期刊名称:International Journal of Database Management Systems
印刷版ISSN:0975-5985
电子版ISSN:0975-5705
出版年度:2011
卷号:3
期号:1
DOI:10.5121/ijdms.2011.3106
出版社:Academy & Industry Research Collaboration Center (AIRCC)
摘要:The various problems in large volume of data area have been solved using frequent itemset discovery algorithms. As data mining techniques are being introduced and widely applied to non-traditional itemsets, existing approaches for finding frequent itemsets were out of date as they cannot satisfy the requirement of these domains. Hence, an alternate method of modeling the objects in the said data set, is graph. Modeling objects using graphs allows us to represent an arbitrary relation among entities. The graph is used to model the database objects. Within that model, the problem of finding frequent patterns becomes that of finding subgraphs that occur frequently over the entire set of graphs. In this paper, we present an efficient algorithm for ranking of such frequent subgraphs. This proposed ranking method is applied to the FP-growth method for discovering frequent subgraphs. In order to find out the ranking of subgraphs we present a new normalization technique which is the modified normalization technique applied at each position for a chosen value of Discounted Cumulative Gain (DCG) of a subgraph. Instead of DCG another modified approach called Modified Discounted Cumulative Gain (MDCG) is introduced. The MDCG alone cannot be used to achieve the performance from one query to the next in the search engine’s algorithm.
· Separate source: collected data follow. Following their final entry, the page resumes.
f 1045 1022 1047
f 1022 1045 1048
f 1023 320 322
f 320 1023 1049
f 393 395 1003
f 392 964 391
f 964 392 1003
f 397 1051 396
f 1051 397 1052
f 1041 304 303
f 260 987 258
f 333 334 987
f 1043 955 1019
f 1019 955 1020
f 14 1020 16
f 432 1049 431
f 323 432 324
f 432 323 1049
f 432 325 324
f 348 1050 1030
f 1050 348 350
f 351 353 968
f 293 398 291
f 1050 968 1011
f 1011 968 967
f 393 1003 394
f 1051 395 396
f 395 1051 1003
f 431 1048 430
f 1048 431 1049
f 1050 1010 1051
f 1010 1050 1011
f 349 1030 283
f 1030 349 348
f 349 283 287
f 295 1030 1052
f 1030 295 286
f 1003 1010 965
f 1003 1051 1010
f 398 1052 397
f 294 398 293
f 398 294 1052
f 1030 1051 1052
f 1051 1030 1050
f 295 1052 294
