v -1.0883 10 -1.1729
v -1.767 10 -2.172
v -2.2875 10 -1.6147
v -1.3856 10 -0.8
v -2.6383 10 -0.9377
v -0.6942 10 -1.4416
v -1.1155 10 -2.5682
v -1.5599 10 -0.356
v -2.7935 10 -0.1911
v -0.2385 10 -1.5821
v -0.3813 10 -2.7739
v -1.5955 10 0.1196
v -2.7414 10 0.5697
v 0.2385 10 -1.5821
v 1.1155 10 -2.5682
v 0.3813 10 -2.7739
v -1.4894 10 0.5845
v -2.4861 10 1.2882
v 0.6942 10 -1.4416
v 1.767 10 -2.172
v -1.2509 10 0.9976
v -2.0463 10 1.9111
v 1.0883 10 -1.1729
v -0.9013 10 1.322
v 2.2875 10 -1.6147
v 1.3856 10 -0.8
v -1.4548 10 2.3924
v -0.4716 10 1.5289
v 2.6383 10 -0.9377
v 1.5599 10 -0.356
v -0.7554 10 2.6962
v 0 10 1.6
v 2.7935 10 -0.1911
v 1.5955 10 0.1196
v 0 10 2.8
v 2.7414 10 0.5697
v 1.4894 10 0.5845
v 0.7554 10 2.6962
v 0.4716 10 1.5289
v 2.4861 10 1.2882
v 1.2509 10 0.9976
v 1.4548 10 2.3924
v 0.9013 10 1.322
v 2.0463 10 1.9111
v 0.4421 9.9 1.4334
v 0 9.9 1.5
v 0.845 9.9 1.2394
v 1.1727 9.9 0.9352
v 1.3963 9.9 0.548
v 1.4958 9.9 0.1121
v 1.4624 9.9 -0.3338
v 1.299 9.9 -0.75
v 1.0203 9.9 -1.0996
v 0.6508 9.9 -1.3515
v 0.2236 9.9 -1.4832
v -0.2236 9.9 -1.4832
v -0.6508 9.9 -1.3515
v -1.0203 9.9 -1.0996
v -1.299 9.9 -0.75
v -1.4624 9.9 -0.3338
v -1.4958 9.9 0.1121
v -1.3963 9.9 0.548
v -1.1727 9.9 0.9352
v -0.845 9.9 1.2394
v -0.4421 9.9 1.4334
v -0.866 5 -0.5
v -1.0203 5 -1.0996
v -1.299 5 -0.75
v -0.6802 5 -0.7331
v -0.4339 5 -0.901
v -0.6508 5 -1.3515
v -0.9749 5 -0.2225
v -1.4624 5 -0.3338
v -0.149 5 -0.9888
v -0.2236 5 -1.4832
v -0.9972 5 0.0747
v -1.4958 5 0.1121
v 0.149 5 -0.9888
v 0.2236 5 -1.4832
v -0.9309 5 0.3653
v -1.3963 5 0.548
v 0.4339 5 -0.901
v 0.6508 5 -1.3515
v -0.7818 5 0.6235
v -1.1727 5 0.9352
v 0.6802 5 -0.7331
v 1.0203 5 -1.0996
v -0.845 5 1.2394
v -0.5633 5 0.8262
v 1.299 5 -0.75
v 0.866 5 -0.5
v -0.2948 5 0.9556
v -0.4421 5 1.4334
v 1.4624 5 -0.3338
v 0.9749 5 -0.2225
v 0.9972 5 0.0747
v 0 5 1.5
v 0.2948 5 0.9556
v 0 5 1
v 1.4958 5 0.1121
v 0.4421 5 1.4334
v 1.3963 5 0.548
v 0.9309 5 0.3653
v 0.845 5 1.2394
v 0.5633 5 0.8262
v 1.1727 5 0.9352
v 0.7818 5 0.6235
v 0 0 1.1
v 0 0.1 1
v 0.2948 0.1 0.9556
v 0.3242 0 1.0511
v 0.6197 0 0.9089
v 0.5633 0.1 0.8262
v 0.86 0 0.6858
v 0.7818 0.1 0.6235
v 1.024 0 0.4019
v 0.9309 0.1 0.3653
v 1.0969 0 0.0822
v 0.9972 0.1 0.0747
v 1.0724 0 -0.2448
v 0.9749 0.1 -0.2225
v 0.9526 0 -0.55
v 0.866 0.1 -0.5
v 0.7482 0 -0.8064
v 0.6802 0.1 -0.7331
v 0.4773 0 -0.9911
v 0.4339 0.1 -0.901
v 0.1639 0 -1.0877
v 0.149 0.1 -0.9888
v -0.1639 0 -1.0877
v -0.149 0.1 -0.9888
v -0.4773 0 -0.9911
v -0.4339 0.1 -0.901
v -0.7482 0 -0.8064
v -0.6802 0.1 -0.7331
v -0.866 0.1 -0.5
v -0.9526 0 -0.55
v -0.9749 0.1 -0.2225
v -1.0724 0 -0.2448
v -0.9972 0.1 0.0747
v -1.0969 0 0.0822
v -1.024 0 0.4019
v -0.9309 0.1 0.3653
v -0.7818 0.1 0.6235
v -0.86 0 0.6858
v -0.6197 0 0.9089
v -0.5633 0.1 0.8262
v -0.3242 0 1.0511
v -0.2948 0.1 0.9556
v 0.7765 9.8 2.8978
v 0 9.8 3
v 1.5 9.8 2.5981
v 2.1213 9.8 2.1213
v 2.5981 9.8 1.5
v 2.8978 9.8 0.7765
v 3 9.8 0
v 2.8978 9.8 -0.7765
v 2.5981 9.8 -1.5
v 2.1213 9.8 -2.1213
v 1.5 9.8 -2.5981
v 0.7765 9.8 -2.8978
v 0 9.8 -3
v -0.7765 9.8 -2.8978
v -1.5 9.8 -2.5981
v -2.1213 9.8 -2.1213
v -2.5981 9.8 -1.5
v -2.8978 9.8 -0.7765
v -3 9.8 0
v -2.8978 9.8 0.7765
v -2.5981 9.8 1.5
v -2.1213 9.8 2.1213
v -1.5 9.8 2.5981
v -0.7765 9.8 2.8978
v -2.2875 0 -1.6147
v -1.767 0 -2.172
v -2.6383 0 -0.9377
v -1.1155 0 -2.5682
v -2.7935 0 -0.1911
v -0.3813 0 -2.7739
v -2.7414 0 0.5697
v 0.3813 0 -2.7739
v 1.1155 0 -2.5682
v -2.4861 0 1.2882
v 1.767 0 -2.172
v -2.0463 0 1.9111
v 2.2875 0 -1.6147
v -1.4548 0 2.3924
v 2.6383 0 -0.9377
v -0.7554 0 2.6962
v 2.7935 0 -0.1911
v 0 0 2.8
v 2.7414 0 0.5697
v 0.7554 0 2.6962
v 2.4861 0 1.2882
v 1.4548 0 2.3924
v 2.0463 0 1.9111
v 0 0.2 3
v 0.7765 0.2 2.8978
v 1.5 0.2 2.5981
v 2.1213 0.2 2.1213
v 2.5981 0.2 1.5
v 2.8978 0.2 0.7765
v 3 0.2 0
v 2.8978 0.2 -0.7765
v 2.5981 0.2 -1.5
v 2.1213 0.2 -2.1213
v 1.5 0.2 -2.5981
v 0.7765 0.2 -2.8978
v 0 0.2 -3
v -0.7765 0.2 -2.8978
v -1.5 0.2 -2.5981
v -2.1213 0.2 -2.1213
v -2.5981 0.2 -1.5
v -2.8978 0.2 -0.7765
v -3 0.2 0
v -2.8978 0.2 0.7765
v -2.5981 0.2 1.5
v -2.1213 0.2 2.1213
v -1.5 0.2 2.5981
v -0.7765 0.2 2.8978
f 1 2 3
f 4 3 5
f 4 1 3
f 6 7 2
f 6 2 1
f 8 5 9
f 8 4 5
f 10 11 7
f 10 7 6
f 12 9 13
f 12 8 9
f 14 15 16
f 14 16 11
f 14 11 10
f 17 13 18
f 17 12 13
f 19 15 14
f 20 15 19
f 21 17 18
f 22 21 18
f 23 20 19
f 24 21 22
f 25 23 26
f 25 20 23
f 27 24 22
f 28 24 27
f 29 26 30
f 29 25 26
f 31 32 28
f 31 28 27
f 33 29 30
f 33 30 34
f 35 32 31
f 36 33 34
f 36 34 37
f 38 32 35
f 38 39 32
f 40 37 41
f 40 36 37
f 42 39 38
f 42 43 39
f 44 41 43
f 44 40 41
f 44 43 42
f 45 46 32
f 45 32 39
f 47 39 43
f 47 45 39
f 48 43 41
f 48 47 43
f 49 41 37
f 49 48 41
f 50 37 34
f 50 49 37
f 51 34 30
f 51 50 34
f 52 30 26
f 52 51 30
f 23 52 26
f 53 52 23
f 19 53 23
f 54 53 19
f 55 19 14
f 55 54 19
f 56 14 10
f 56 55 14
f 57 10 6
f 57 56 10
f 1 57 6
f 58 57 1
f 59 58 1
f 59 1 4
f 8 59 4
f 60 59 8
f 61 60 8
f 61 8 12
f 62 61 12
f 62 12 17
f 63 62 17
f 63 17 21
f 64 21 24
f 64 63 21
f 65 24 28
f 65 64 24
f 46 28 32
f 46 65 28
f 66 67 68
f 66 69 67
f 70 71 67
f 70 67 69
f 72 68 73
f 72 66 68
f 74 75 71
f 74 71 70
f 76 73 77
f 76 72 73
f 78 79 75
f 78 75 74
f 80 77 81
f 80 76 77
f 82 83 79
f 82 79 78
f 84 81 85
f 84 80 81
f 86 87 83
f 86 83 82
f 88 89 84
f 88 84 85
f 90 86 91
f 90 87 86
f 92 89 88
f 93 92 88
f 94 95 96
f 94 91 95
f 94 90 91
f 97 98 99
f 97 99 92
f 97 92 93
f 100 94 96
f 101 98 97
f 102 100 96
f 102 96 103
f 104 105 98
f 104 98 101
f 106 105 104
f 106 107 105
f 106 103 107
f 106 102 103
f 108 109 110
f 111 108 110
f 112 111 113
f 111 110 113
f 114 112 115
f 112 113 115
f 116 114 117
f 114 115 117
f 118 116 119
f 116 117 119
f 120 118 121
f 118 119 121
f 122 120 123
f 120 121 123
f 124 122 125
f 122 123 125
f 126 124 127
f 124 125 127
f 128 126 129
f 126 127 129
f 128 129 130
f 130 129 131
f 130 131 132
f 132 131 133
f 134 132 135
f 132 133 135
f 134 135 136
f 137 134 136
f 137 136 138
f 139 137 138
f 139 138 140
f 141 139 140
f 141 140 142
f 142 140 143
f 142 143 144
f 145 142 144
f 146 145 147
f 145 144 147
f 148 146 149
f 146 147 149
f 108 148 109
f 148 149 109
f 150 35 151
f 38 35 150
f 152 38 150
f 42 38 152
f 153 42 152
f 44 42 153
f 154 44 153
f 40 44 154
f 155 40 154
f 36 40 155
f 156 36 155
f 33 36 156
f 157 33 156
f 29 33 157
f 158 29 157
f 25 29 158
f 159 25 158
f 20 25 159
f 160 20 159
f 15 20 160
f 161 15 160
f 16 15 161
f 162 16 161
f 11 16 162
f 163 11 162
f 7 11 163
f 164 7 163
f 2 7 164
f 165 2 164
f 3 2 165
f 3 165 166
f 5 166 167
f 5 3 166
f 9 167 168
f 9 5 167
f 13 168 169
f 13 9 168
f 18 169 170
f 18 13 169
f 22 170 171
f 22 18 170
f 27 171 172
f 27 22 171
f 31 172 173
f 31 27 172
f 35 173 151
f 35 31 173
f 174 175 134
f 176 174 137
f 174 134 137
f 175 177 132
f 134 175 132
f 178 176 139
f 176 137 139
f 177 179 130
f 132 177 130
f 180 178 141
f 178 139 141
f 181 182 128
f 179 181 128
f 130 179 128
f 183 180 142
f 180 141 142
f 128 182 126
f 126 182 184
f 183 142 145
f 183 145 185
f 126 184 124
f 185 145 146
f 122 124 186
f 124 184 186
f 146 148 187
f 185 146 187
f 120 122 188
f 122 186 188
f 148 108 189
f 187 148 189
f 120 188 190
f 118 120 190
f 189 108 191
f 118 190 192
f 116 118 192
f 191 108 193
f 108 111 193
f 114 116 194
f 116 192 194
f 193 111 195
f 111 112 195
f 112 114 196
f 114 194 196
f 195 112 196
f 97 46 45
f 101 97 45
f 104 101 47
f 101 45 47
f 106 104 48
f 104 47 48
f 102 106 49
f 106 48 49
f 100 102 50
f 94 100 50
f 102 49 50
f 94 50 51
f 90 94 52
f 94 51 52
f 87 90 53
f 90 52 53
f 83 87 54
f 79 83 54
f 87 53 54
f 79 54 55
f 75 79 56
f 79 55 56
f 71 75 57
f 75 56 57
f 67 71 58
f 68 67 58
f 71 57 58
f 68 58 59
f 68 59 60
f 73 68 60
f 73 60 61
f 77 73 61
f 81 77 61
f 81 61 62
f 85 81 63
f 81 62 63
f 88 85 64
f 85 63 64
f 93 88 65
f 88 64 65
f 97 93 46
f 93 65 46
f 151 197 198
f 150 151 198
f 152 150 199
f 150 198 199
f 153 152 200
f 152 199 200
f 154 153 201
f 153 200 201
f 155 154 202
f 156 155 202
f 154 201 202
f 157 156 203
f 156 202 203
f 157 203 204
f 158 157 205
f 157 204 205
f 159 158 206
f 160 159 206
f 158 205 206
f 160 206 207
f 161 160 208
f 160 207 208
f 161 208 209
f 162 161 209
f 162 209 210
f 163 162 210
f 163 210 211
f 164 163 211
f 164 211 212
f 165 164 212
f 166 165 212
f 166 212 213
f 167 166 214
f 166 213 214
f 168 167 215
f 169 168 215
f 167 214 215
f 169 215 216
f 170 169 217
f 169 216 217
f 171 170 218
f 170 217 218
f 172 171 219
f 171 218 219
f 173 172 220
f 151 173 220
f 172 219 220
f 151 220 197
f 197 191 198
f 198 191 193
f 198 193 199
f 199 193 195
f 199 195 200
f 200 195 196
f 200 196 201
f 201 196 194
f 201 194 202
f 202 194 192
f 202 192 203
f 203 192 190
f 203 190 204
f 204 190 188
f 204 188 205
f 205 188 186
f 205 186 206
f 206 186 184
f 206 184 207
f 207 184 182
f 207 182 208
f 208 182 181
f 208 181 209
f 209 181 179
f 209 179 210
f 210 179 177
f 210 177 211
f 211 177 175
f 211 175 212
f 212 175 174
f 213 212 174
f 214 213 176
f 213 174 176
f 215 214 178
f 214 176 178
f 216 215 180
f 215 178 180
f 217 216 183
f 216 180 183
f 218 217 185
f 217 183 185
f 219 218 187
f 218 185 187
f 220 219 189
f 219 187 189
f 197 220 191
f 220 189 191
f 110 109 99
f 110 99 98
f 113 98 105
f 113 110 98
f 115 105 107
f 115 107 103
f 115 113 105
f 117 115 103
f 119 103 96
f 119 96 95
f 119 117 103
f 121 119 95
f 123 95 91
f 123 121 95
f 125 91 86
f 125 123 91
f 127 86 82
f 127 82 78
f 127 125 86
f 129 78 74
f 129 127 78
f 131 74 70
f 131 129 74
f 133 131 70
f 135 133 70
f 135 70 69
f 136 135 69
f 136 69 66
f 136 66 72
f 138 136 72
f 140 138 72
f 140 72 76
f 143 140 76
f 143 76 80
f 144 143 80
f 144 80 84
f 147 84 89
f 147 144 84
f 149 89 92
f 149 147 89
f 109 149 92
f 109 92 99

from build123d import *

# Parameters (mm, degrees)
SKETCH_1_R          = 3
EXTRUDE_1_DEPTH     = 10
SKETCH_2_R          = 1
CUT_EXTRUDE_1_DEPTH = 5
CUT_EXTRUDE_START   = 10
SKETCH_3_R          = 1.5
CUT_EXTRUDE_2_DEPTH = 5
CHAMFER_1_SIZE      = 0.2
CHAMFER_2_SIZE      = 0.1


with BuildPart() as part:
    # 草图1 → 凸台-拉伸1 (new body)
    with BuildSketch(Plane(origin=(0, 0, 0), x_dir=(1, 0, 0), z_dir=(0, 1, 0))):
        with Locations(Location((0, 0, 0), (0, 0, 270))):
            Circle(SKETCH_1_R)
    extrude(amount=EXTRUDE_1_DEPTH)

    # 草图2 → 切除-拉伸1 (cut)
    with BuildSketch(Plane(origin=(0, 0, 0), x_dir=(1, 0, 0), z_dir=(0, 1, 0))):
        with Locations(Location((0, 0, 0), (0, 0, 270))):
            Circle(SKETCH_2_R)
    extrude(amount=CUT_EXTRUDE_1_DEPTH, mode=Mode.SUBTRACT)

    # 草图3 → 切除-拉伸2 (cut)
    with BuildSketch(Plane(origin=(0, 0, 0), x_dir=(1, 0, 0), z_dir=(0, 1, 0)).offset(CUT_EXTRUDE_START)):
        with Locations(Location((0, 0, 0), (0, 0, 270))):
            Circle(SKETCH_3_R)
    extrude(amount=-CUT_EXTRUDE_2_DEPTH, mode=Mode.SUBTRACT)

    # 倒角1
    chamfer_1_edges = [part.edges().sort_by_distance(p)[0] for p in [
        (0, 0, -3),
        (0, 10, -3),
    ]]
    chamfer(chamfer_1_edges, length=CHAMFER_1_SIZE)

    # 倒角2
    chamfer_2_edges = [part.edges().sort_by_distance(p)[0] for p in [
        (0, 10, -1.5),
        (0, 0, -1),
    ]]
    chamfer(chamfer_2_edges, length=CHAMFER_2_SIZE)


solid = part.part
To obtain the new normalization technique an ideal ordering of MDCG (IMDCG) at each position is to be found out. A Modified Discounted Cumulative Gain (MDCG) is calculated using “lift” as a new approach. IMDCG is also evaluated. Then the new approach for finding the normalized values are to be computed. Finally, the values for all rules can be averaged to get an average performance of a ranking algorithm. And also the ordering of obtained values as a result at each position will provide the order of evaluation of rules which in turn gives an efficient ranking of mined subgraphs.